The study above shows that the steel exceeds 400°F only within 0.5 inches of the edge, which corresponds roughly to the maximum extend of the HAZ as measured by metallographic examination or hardness measurements. The hardness profile of two 3/8" thick EB-450 plates are shown in the graphs below. Consistent with the tempil stick study, the heat affected zone is restricted to within about 0.5 inches of the cutting edge.

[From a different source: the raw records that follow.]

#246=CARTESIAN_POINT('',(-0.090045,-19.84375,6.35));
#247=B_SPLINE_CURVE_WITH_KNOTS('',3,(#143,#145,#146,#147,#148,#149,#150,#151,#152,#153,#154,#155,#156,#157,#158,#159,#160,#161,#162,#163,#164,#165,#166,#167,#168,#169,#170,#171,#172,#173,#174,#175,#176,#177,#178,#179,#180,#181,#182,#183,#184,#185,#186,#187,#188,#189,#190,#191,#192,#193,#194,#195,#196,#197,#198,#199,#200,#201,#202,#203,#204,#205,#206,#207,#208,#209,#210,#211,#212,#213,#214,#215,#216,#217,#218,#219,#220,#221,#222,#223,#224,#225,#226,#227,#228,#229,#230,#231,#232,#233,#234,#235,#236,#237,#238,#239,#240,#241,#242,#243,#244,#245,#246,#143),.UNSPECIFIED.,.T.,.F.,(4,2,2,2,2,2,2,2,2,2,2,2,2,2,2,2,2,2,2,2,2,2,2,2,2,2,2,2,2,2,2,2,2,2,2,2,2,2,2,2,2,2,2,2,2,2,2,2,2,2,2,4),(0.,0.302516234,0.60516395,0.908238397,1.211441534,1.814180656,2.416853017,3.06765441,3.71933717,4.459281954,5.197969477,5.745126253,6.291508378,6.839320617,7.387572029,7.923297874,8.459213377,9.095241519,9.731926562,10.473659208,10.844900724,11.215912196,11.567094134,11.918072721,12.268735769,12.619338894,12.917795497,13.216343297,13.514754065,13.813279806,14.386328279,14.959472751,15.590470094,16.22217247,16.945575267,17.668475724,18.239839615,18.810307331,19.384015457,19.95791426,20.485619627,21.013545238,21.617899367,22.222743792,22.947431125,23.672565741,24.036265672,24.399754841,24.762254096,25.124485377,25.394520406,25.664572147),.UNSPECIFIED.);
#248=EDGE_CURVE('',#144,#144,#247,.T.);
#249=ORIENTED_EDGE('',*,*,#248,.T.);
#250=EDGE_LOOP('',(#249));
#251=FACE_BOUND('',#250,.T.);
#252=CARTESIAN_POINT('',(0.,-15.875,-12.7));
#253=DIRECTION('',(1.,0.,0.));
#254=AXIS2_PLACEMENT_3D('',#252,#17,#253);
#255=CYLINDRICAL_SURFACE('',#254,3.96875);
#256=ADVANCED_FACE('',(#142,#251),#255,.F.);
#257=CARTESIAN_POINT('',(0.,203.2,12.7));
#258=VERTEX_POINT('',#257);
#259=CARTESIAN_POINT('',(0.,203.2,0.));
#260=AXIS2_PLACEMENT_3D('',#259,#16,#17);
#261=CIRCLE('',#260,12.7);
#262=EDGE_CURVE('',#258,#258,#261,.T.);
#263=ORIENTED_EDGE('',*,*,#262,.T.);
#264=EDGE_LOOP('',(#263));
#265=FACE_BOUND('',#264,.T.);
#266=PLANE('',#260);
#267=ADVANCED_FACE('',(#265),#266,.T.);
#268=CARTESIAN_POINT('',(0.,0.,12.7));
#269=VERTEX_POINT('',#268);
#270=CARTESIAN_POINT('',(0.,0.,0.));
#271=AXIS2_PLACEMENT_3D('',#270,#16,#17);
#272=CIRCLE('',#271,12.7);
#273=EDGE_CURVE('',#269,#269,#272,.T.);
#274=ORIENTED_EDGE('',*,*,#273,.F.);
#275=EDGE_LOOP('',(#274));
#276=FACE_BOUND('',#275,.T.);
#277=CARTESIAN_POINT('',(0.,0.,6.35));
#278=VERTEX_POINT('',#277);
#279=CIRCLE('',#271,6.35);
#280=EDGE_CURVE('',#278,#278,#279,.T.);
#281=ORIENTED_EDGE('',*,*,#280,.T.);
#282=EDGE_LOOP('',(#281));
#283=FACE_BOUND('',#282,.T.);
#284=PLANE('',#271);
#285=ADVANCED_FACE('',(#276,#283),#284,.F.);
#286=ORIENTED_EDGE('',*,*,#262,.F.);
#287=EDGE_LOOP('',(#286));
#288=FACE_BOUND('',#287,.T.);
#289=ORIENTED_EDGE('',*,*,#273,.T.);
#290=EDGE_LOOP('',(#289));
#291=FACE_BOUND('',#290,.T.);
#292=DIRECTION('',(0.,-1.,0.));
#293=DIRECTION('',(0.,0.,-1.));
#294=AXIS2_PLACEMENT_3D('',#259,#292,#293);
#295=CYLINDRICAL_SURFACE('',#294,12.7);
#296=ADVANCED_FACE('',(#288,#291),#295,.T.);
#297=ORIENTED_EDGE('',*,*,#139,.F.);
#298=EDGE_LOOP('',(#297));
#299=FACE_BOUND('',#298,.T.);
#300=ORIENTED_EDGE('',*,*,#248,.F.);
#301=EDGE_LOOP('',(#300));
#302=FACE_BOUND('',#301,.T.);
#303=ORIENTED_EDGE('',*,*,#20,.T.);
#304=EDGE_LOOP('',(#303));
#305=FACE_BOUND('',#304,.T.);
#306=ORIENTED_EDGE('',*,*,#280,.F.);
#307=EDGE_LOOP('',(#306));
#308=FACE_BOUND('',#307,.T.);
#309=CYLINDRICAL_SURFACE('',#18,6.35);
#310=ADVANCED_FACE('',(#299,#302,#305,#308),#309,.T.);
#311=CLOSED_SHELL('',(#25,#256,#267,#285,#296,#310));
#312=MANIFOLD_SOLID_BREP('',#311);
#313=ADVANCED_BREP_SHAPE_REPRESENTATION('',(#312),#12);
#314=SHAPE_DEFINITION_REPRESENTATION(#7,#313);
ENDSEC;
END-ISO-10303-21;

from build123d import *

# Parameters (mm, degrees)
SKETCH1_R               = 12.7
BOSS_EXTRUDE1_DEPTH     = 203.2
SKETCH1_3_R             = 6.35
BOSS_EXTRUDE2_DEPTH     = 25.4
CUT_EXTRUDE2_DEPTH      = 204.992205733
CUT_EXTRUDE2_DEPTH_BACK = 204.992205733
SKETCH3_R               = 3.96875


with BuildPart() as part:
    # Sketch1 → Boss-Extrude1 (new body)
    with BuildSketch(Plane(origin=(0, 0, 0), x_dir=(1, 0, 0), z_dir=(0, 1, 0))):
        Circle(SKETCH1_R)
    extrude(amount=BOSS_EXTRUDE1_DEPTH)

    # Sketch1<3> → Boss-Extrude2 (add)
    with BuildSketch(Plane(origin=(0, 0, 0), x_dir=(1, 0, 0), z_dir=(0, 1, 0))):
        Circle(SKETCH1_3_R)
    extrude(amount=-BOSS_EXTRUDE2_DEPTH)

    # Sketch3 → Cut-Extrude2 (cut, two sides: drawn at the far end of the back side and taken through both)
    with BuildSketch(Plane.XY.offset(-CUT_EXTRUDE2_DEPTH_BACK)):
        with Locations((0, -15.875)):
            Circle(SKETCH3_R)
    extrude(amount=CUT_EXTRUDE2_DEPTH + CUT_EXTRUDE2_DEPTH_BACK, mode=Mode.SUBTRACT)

Thermal Cutting - Oxy-fuel

Common methods include oxygen-fuel and plasma cutting. the common fuel used with oxygen is acetylene because it yields the hottest flame. Other fuels used successfully include natural gas and chemolene Plasma cutting achieves an even higher temperature, which will melt steels without reliance on combustion of the carbon dissolved in the steel. Paradoxically, the hotter the cutting flame, the less heat is transferred into the plate. The cutting proceeds faster with a hotter flame. Thus the plate is exposed to the flame's heat for a shorter time.

Prior to cutting, preheating is recommended. A pre-heat of 250°F for plates up to 1 inch thick and of 300°F for plates over 1" is recommended. In warm weather, EB-450 can often be successfully cut without preheat.

Astralloy has had good experience with the following settings:

Thermal Cutting - Plasma

The hottest cutting method is plasma cutting. This method uses an electric arc, like welding, to heat a gas, such as nitrogen, to a plasma state. The level of heat generated is sufficient to melt the steel plate. Plasma cutting can be specified for applications, such as ballistic test plates, where full hardness is required to the edge. For industrial applications where the edge will be welded and a HAZ will be obtained anyway, oxyacetylene is entirely satisfactory.

Water Jet Cutting

Steel plate can be cut by directing a small stream of water, containing fine abrasive particles, at high velocity. The water cools the plate as the abrasive particles cut the steel; therefore eliminating heat affected zone. Water jet cutting can hold a dimensional tolerance of 0.001";therefore, it can be used in lieu of conventional edge milling and hole drilling. Water jet cutting is not limited by plate thickness; however, cutting speed is reduced as plate thickness increases. for example, cutting speed may be 20 inches per minute for a thin plate, but may only proceed at 1/4" per minute on a 12" plate.

Laser Cutting

Laser cutting is another thermal process, but cuts at such a high temperature that the HAZ is quite small. Laser cutting can hold tolerances comparable or better than water jet cutting.